__Exercise aim__
Produce as output only the lines below starting at the line with "v -76 120 0" and continuing through the line with "v -9.877 114.52 25", each one exactly as written.

__Given data__
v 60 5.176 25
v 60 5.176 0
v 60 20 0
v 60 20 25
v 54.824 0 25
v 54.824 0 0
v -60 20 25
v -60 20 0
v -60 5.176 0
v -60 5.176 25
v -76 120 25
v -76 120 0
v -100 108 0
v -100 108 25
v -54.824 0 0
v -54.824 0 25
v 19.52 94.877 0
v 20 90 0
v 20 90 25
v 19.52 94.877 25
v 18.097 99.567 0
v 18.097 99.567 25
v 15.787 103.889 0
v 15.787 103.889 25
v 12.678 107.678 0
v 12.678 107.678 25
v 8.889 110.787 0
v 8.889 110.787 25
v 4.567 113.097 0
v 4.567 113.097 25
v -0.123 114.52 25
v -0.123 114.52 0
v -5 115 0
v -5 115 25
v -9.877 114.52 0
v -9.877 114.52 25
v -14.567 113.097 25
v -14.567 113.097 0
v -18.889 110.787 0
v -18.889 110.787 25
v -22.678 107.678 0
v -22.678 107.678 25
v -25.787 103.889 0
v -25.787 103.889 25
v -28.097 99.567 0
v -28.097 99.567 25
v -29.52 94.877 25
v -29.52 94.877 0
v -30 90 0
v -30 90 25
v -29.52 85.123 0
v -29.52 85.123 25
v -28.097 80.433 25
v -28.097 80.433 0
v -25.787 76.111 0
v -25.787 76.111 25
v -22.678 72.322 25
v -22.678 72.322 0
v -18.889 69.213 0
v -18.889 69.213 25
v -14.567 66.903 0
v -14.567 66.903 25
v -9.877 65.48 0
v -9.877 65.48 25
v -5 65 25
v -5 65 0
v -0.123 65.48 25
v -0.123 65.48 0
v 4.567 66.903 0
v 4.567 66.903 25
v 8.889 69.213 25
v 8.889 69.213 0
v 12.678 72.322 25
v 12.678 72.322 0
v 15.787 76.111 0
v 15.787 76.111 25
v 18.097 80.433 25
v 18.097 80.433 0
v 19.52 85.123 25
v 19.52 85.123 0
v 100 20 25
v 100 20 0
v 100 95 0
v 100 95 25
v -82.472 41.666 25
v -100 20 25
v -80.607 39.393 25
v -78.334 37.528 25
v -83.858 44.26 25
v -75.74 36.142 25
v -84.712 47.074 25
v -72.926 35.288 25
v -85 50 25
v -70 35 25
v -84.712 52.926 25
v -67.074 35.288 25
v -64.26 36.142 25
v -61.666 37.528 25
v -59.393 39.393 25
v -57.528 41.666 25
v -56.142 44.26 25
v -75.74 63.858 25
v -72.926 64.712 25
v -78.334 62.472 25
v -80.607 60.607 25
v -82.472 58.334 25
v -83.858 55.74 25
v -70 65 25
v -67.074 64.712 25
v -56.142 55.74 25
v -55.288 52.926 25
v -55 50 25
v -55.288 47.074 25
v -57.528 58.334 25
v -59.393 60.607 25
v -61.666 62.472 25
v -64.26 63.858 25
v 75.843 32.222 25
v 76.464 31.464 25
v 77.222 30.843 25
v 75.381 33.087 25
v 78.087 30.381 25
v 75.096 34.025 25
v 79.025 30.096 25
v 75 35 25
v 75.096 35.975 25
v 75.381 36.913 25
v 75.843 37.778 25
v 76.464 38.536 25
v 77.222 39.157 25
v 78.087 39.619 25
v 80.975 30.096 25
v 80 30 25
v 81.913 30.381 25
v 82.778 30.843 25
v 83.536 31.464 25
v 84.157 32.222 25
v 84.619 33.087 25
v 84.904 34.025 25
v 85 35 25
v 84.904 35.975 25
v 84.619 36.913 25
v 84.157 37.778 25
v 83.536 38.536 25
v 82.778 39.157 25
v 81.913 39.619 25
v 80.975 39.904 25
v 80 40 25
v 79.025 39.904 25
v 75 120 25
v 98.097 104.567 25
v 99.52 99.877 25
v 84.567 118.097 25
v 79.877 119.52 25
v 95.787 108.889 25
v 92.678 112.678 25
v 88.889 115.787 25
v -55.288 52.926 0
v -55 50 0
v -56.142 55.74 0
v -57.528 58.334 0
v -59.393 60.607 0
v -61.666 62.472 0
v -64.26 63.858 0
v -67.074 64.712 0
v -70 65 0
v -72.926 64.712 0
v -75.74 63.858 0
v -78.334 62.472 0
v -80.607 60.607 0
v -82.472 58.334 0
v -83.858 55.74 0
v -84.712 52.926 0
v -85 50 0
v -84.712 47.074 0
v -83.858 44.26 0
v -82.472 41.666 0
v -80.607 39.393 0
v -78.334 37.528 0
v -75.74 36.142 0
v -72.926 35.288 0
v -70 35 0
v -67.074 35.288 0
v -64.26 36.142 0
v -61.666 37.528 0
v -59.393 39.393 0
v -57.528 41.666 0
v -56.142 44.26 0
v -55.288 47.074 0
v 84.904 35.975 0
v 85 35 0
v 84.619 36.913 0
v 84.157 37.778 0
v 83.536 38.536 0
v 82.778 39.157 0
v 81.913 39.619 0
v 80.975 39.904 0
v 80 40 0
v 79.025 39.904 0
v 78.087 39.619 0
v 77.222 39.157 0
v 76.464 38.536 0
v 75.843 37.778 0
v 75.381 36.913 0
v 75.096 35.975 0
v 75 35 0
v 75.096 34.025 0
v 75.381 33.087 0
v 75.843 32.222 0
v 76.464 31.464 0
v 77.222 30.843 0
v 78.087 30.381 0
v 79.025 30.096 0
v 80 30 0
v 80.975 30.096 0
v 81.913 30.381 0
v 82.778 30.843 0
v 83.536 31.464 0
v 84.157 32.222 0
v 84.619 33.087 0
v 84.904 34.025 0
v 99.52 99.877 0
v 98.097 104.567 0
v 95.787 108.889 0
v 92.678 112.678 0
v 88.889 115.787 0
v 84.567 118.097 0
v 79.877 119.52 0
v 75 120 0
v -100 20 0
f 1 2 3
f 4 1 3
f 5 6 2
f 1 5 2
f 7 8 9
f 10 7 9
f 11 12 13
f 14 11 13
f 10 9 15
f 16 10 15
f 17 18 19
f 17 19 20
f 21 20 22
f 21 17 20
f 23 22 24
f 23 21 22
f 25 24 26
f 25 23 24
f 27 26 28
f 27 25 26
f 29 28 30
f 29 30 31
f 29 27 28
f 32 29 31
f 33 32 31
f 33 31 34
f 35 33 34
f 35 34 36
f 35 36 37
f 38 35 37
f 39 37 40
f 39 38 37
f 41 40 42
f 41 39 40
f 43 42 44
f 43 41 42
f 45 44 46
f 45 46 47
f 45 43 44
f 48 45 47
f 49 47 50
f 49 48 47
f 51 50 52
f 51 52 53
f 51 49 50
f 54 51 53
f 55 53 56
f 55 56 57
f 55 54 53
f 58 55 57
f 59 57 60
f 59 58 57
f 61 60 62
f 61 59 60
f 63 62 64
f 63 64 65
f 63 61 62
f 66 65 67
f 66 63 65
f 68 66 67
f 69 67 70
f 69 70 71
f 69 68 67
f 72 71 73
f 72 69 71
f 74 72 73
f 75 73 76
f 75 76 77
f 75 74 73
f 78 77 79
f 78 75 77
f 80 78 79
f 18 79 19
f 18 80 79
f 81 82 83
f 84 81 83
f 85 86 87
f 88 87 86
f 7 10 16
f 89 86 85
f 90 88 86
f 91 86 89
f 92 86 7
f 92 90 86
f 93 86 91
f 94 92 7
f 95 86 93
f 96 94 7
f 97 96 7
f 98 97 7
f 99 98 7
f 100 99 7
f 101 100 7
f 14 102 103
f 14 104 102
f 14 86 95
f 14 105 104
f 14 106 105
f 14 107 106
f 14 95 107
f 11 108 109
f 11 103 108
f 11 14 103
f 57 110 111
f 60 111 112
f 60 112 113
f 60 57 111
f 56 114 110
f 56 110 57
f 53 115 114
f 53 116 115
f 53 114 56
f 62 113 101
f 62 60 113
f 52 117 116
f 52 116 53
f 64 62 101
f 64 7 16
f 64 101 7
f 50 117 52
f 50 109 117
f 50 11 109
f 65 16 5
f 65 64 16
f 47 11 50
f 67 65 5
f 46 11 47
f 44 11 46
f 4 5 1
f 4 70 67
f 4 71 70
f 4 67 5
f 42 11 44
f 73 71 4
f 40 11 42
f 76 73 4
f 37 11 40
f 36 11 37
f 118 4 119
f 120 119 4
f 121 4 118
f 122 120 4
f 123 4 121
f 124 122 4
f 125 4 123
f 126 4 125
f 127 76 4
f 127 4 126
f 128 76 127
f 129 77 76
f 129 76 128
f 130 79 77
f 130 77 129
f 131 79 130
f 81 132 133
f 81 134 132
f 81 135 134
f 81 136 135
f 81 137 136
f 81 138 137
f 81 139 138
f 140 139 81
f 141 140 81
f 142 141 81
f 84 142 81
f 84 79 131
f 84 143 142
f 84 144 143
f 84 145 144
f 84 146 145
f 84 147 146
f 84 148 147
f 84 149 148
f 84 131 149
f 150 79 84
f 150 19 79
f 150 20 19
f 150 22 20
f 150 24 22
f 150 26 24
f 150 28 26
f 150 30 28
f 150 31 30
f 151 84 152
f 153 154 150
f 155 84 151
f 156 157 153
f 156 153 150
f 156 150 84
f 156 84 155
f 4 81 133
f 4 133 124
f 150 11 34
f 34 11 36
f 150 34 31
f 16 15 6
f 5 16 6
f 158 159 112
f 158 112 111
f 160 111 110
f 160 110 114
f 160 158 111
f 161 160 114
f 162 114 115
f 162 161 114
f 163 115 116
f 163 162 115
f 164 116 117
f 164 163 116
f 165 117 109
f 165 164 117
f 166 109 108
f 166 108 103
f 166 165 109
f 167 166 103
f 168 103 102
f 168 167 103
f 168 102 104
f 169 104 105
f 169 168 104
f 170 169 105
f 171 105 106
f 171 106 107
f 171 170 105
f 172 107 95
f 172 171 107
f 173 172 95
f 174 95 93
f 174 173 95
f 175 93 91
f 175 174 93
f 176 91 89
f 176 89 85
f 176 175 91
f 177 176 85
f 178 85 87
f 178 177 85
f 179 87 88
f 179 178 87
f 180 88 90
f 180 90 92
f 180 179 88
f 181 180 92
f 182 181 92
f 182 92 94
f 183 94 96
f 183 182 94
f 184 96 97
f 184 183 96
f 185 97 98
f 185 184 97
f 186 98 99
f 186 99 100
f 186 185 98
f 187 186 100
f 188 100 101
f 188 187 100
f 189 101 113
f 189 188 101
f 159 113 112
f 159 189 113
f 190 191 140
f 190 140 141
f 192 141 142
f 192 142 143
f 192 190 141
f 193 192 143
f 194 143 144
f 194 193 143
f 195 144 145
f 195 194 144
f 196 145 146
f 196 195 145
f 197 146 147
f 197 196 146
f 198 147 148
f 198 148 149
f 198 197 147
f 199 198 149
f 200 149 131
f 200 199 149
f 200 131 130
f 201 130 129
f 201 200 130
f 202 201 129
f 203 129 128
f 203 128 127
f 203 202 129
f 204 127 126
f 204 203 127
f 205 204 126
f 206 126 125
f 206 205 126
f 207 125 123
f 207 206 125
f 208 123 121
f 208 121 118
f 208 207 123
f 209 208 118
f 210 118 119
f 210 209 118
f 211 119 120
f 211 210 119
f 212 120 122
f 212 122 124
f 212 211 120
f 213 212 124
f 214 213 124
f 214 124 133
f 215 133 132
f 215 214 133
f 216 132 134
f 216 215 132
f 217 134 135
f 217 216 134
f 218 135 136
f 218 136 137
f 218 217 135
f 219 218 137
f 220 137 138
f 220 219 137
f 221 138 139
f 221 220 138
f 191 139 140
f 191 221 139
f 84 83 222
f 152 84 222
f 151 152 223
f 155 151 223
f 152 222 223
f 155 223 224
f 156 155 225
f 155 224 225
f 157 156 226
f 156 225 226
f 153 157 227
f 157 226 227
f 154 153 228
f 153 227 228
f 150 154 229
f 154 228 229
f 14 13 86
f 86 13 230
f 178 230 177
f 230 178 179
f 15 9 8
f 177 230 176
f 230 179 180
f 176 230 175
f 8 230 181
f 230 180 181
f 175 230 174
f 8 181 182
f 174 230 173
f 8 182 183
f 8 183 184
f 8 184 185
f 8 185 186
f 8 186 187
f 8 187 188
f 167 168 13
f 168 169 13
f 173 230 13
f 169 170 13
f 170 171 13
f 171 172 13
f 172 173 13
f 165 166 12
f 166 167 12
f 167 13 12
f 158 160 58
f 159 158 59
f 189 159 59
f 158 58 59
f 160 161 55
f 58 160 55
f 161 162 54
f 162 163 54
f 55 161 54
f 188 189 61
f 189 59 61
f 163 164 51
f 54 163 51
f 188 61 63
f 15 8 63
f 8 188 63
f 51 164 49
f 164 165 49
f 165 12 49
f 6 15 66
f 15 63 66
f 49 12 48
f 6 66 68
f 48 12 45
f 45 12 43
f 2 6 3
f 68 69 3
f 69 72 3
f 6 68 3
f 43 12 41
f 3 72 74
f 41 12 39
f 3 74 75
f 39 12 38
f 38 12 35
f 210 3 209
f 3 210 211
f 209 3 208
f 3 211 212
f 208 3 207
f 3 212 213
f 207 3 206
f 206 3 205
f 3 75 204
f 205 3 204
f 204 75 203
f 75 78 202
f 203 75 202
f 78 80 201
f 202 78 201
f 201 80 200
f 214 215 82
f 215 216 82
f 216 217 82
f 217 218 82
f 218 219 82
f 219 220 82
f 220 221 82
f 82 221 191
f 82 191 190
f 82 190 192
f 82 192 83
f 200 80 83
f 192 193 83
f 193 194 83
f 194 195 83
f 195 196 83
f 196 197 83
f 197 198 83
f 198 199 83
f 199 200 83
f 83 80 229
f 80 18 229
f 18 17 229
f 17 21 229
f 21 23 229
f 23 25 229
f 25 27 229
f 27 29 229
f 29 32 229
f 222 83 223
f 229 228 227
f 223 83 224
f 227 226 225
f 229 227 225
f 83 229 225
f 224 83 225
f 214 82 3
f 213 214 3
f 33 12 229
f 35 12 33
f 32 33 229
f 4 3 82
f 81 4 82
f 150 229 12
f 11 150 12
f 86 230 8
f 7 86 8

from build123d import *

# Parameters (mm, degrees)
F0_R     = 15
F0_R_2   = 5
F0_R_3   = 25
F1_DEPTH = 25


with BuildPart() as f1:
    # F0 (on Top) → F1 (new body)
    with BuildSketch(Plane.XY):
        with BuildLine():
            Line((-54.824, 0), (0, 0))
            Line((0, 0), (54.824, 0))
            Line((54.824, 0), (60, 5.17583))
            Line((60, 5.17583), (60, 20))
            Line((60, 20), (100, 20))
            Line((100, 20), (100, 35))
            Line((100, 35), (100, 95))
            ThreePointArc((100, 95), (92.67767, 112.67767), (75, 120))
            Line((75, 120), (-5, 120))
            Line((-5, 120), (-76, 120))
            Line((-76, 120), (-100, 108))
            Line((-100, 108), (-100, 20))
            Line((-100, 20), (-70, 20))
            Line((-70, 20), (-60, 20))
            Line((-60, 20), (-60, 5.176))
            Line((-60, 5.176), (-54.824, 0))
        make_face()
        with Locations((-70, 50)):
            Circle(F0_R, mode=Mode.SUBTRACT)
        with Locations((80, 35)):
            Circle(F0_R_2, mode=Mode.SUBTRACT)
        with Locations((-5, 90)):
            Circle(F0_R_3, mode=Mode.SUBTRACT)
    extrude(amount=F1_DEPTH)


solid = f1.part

__Output below__
v -76 120 0
v -100 108 0
v -100 108 25
v -54.824 0 0
v -54.824 0 25
v 19.52 94.877 0
v 20 90 0
v 20 90 25
v 19.52 94.877 25
v 18.097 99.567 0
v 18.097 99.567 25
v 15.787 103.889 0
v 15.787 103.889 25
v 12.678 107.678 0
v 12.678 107.678 25
v 8.889 110.787 0
v 8.889 110.787 25
v 4.567 113.097 0
v 4.567 113.097 25
v -0.123 114.52 25
v -0.123 114.52 0
v -5 115 0
v -5 115 25
v -9.877 114.52 0
v -9.877 114.52 25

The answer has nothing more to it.